To date, only one previous study has specifically studied the heterogeneity of phenotypic expression of asthma in elderly patients, and this was done in a Korean population, the majority of whom were smokers.¹⁶ Such research is crucial as there may be important differences in both clinical presentation and management of asthma between young and old patients, and between those with different phenotypes. The primary objective of this study was to identify distinct asthma phenotypes from a diverse population of elderly asthma patients.

Methods

Study Population

Participants included in this study were part of an ongoing blinded, randomized controlled trial of asthma self-management in older adults. To be included in the study, participants had to be age of 55 or older, with persistent asthma. While various authors have used differing age limits (i.e. 55, 60, 65, and 70 years), a cut-off of 55 years was chosen as many datasets from the Centers for Disease Control and Prevention (CDC), as well as other recent trials, have previously used the same cut-off when studying asthma in older adults.^7,17–21 Persistent asthma was defined as the need for a controller medication on a daily basis or the use of albuterol on at least three days of the week. Exclusion criteria included any other pulmonary disease (including COPD), current smoking, or greater than a 20 pack year smoking history as this level has been associated with COPD.²² Subjects were recruited from two academic centers from November 2013 through April 2016. One of the institutions was located in downtown Detroit, MI, whereas the other was located in Ann Arbor, MI, thus providing a diverse socioeconomic population. Institutional review board approval was obtained, and each participant provided written informed consent.

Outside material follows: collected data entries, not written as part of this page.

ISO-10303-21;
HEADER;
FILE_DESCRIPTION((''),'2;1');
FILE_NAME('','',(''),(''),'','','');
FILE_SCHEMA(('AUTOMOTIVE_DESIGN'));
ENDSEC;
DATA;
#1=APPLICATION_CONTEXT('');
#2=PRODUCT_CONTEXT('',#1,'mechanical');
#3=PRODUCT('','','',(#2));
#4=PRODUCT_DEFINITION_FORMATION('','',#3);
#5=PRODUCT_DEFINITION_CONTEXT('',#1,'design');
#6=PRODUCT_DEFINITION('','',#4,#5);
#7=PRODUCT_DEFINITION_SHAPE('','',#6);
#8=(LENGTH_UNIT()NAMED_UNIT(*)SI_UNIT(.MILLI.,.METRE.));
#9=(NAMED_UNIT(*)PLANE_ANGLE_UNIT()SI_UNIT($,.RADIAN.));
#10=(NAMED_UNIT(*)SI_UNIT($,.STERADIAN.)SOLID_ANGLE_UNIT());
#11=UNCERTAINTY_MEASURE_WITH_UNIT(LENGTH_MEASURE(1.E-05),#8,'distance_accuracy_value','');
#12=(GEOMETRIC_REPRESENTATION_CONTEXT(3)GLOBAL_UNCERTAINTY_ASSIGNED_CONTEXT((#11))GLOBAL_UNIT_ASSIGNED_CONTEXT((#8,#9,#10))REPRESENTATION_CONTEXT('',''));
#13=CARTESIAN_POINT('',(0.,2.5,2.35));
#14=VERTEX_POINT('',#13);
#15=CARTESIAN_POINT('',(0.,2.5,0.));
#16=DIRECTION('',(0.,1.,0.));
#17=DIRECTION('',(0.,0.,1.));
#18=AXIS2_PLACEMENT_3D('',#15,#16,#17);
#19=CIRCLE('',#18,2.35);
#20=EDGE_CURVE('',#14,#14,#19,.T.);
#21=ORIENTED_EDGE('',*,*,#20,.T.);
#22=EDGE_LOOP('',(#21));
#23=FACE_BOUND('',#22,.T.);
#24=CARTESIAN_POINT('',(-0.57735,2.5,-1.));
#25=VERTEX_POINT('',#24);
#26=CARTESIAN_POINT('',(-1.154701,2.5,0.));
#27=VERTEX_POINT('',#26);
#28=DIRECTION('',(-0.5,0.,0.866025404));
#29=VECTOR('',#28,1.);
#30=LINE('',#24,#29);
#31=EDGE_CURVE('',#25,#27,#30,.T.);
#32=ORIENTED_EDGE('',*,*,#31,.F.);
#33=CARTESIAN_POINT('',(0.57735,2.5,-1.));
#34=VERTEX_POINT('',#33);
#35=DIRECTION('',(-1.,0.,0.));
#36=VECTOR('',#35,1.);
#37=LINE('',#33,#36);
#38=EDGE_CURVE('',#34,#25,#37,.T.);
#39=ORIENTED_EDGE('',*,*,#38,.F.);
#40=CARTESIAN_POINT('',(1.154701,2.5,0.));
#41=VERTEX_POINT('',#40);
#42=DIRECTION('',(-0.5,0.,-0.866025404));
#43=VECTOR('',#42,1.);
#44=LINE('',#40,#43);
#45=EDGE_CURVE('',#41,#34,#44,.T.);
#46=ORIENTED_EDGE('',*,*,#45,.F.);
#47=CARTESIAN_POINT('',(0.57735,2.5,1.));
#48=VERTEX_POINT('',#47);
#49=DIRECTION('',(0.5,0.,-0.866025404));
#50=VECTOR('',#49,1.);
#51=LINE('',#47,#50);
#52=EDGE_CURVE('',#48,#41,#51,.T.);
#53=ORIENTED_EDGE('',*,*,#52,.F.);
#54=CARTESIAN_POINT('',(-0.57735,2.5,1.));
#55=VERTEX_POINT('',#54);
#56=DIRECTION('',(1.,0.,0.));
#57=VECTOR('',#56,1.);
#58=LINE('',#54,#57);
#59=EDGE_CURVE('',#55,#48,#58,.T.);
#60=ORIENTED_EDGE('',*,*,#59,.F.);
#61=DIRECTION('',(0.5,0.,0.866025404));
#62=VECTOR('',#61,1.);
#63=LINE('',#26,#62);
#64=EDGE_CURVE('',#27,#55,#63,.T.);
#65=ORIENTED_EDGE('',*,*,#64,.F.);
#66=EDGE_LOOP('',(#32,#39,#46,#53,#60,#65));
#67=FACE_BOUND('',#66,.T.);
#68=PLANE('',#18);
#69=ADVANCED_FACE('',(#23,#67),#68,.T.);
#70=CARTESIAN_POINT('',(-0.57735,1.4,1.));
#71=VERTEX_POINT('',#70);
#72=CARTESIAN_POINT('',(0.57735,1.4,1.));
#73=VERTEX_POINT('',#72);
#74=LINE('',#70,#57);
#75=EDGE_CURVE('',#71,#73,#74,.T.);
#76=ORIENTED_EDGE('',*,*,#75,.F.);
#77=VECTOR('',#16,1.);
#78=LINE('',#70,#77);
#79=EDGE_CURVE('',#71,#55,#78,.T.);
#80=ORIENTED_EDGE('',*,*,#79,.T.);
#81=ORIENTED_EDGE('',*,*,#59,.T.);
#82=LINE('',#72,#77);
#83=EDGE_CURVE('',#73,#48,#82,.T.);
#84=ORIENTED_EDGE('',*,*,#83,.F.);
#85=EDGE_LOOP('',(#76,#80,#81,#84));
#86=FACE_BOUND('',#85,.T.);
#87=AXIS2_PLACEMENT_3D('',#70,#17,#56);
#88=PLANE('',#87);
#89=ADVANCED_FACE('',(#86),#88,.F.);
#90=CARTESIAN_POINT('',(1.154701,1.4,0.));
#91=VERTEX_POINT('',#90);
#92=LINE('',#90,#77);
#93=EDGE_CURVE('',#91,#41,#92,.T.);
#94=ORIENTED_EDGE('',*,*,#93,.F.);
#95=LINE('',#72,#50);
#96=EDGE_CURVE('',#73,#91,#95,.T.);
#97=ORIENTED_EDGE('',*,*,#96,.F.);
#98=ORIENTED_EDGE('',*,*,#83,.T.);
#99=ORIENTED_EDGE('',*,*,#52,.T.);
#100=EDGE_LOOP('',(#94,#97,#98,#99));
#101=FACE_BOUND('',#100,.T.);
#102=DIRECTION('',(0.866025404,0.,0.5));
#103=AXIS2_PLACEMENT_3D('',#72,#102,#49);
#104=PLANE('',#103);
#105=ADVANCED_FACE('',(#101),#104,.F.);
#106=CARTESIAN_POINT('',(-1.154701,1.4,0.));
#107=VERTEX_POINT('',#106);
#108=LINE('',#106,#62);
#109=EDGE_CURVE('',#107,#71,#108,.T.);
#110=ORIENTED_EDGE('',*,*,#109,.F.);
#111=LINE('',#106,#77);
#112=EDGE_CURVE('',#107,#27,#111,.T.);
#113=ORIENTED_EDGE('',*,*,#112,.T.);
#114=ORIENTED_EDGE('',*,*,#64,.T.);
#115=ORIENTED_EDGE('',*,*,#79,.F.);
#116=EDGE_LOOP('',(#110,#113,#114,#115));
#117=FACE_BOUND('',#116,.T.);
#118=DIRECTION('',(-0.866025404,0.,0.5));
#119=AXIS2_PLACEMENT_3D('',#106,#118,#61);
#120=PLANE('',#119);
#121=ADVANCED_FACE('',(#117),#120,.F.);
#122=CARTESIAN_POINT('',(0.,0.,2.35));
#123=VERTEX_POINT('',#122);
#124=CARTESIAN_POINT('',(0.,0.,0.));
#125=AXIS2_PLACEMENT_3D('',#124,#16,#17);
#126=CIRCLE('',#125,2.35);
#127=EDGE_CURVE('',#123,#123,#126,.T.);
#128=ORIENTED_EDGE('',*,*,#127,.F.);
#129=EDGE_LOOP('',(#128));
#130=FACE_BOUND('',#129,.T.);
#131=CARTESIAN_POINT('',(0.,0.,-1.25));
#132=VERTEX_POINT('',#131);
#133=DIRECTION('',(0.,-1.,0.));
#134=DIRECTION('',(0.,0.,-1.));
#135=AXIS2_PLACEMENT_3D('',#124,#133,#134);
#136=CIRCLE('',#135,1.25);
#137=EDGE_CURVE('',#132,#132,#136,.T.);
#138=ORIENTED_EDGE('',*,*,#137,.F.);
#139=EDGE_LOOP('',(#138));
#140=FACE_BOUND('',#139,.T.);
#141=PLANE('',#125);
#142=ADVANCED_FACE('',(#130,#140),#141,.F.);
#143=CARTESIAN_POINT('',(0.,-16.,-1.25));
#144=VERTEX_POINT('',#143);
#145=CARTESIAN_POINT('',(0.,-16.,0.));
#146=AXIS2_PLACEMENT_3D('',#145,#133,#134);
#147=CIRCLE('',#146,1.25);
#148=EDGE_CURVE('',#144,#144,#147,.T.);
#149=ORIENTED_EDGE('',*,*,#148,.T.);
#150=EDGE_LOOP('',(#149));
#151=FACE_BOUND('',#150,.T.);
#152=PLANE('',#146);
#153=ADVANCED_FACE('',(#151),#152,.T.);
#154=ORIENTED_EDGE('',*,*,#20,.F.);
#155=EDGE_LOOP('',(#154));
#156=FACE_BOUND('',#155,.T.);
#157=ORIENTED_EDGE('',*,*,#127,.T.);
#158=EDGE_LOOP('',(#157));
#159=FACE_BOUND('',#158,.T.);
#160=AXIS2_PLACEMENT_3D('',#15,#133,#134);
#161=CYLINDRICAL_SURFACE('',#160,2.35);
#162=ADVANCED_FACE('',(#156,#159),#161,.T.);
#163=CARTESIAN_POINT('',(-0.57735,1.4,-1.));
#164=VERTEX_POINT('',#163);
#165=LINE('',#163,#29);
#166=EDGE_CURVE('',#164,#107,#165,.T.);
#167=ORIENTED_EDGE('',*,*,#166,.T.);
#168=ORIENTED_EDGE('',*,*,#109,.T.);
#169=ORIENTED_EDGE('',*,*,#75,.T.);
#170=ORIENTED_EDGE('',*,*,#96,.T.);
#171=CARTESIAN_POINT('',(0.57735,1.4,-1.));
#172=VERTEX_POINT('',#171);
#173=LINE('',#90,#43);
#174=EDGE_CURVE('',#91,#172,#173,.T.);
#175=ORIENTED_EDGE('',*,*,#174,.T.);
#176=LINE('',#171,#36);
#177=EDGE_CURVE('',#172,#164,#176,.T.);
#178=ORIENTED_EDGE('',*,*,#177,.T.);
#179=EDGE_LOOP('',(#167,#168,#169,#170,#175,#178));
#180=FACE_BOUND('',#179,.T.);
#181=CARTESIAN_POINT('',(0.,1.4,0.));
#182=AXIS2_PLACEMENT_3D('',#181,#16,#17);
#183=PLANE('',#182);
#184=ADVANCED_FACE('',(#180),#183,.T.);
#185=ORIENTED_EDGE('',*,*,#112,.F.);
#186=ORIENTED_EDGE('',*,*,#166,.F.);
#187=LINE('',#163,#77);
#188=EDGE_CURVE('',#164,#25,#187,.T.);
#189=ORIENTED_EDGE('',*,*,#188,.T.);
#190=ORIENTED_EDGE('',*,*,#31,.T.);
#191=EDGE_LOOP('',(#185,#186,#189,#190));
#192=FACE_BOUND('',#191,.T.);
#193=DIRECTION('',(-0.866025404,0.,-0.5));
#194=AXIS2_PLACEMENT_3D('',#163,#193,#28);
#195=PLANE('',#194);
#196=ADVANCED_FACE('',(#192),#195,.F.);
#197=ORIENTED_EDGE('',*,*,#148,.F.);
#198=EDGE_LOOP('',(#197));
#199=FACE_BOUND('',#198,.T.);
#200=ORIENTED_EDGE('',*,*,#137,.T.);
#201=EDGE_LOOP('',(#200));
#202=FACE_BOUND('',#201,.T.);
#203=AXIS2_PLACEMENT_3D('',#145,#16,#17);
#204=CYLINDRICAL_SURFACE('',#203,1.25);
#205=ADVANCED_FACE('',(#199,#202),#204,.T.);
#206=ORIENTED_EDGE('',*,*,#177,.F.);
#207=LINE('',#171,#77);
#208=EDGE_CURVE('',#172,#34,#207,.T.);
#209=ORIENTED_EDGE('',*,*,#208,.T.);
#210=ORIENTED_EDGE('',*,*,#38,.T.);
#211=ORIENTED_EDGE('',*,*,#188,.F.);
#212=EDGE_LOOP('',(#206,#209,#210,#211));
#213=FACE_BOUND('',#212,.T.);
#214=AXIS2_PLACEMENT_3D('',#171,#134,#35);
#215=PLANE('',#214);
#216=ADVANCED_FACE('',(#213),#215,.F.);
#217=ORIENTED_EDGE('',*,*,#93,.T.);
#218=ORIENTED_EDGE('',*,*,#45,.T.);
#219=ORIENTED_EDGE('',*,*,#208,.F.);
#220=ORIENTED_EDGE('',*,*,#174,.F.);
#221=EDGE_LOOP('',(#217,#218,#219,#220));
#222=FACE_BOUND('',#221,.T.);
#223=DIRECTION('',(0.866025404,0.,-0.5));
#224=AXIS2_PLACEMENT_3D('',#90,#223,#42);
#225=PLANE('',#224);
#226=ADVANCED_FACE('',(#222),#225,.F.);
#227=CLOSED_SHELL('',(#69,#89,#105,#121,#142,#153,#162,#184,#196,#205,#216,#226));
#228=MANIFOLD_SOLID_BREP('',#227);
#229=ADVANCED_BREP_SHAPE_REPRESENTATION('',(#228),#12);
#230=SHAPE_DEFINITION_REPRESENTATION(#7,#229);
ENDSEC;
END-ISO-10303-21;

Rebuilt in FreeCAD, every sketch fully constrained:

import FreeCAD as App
import Part
import Sketcher
from FreeCAD import Vector
Q = App.Units.Quantity

doc = App.newDocument("Part")
body = doc.addObject("PartDesign::Body", "Body")

# Sketch on XZ plane
sketch1 = body.newObject("Sketcher::SketchObject", "Sketch")
sketch1.AttachmentSupport = (doc.getObject("XZ_Plane"), [""])
sketch1.MapMode = "FlatFace"
sketch1.addGeometry(Part.Circle(Vector(0, 0, 0), Vector(0, 0, 1), 2.4), False)
sketch1.addConstraint([
    Sketcher.Constraint("Coincident", 0, 3, -1, 1),
    Sketcher.Constraint("Diameter", 0, Q("4.7 mm")),
])
pad1 = body.newObject("PartDesign::Pad", "Pad")
pad1.Profile = sketch1
pad1.Length = 2.5
pad1.Reversed = True

# Sketch on XZ plane
sketch2 = body.newObject("Sketcher::SketchObject", "Sketch001")
sketch2.AttachmentSupport = (doc.getObject("XZ_Plane"), [""])
sketch2.MapMode = "FlatFace"
sketch2.AttachmentOffset = App.Placement(Vector(0, 0, -2.5), App.Rotation())
sketch2.addGeometry([
    Part.LineSegment(Vector(1.2, 0, 0), Vector(0.6, -1, 0)),  # 0
    Part.LineSegment(Vector(0.6, -1, 0), Vector(-0.6, -1, 0)),  # 1
    Part.LineSegment(Vector(-0.6, -1, 0), Vector(-1.2, 0, 0)),  # 2
    Part.LineSegment(Vector(-1.2, 0, 0), Vector(-0.6, 1, 0)),  # 3
    Part.LineSegment(Vector(-0.6, 1, 0), Vector(0.6, 1, 0)),  # 4
    Part.LineSegment(Vector(0.6, 1, 0), Vector(1.2, 0, 0)),  # 5
], False)
sketch2.addConstraint([
    Sketcher.Constraint("Coincident", 0, 2, 1, 1),
    Sketcher.Constraint("Coincident", 1, 2, 2, 1),
    Sketcher.Constraint("Coincident", 2, 2, 3, 1),
    Sketcher.Constraint("Coincident", 3, 2, 4, 1),
    Sketcher.Constraint("Coincident", 4, 2, 5, 1),
    Sketcher.Constraint("Coincident", 5, 2, 0, 1),
    Sketcher.Constraint("Horizontal", 1),
    Sketcher.Constraint("Horizontal", 4),
    Sketcher.Constraint("Symmetric", 0, 2, 3, 2, -1, 1),
    Sketcher.Constraint("Symmetric", 2, 2, 5, 2, -1, 1),
    Sketcher.Constraint("PointOnObject", 2, 2, -1),
    Sketcher.Constraint("Parallel", 2, 5),
    Sketcher.Constraint("Vertical", 1, 2, 3, 2),
    Sketcher.Constraint("Angle", 0, Q("-120 deg")),
    Sketcher.Constraint("DistanceY", 0, 2, -1, 1, Q("1 mm")),
    Sketcher.Constraint("DistanceX", 1, 2, 1, 1, Q("1.154701 mm")),
])
pocket1 = body.newObject("PartDesign::Pocket", "Pocket")
pocket1.Profile = sketch2
pocket1.Length = 1.1
pocket1.Reversed = True

# Sketch on XZ plane
sketch3 = body.newObject("Sketcher::SketchObject", "Sketch002")
sketch3.AttachmentSupport = (doc.getObject("XZ_Plane"), [""])
sketch3.MapMode = "FlatFace"
sketch3.addGeometry(Part.Circle(Vector(0, 0, 0), Vector(0, 0, 1), 1.2), False)
sketch3.addConstraint([
    Sketcher.Constraint("Coincident", 0, 3, -1, 1),
    Sketcher.Constraint("Diameter", 0, Q("2.5 mm")),
])
pad2 = body.newObject("PartDesign::Pad", "Pad001")
pad2.Profile = sketch3
pad2.Length = 16

doc.recompute()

Study participants were assessed through the completion of a detailed questionnaire related to asthma and general health. Patient demographic data was collected, including age, sex, and race. A value for comorbidities was based on the total sum of self-reported heart disease, high blood pressure, stroke, or cancer. Given our previous research indicating the importance of depression in older adults with asthma,²³ this self-reported comorbidity was coded separately. Presence of allergic rhinitis was assessed through self-reported seasonal allergies or hay fever, similar to the questioning method utilized by the CDC in the NHANES III survey.²⁴ Education level was self-reported and divided into 5 categories according to their highest education level (1= below high school, 2=high school, 3=2-year college, 4=4-year college, 5= post graduate).

NIH asthma severity was graded from 1 to 6 (6=most severe) based on medication use per the NIH guidelines (see supplementary table 1).¹⁰ FEV1, FVC and FEV1/FVC (both pre- and post-bronchodilator treatment) were measured via spirometry performed per American Thoracic Society (ATS) guidelines. Reversibility testing using nebulized albuterol and ipratropium was also completed according to ATS guidelines. Fixed airway obstruction (FAO) was defined as FEV1/FVC post bronchodilator value of less than 70%.^25,26 Atopy was assessed by skin prick testing using the ComforTen device (HollisterStier LLC, Spokane, WA) and a panel of 8 allergens. If any of the tests were positive (> 3mm larger than the negative control), the patient was considered to be atopic. Based on the NIH core asthma outcomes, asthma exacerbations were a binary outcome defined the requirement for an asthma hospitalization, emergency room presentation, or urgent care visits over the past 1 year.²⁷ Oral corticosteroid use was self-reported and defined as requiring a course of oral corticosteroids for asthma in the past 12 months. Subjects also completed an Asthma Control Test (ACT) and a mini Asthma Quality of Life Questionnaire (AQLQ) at baseline.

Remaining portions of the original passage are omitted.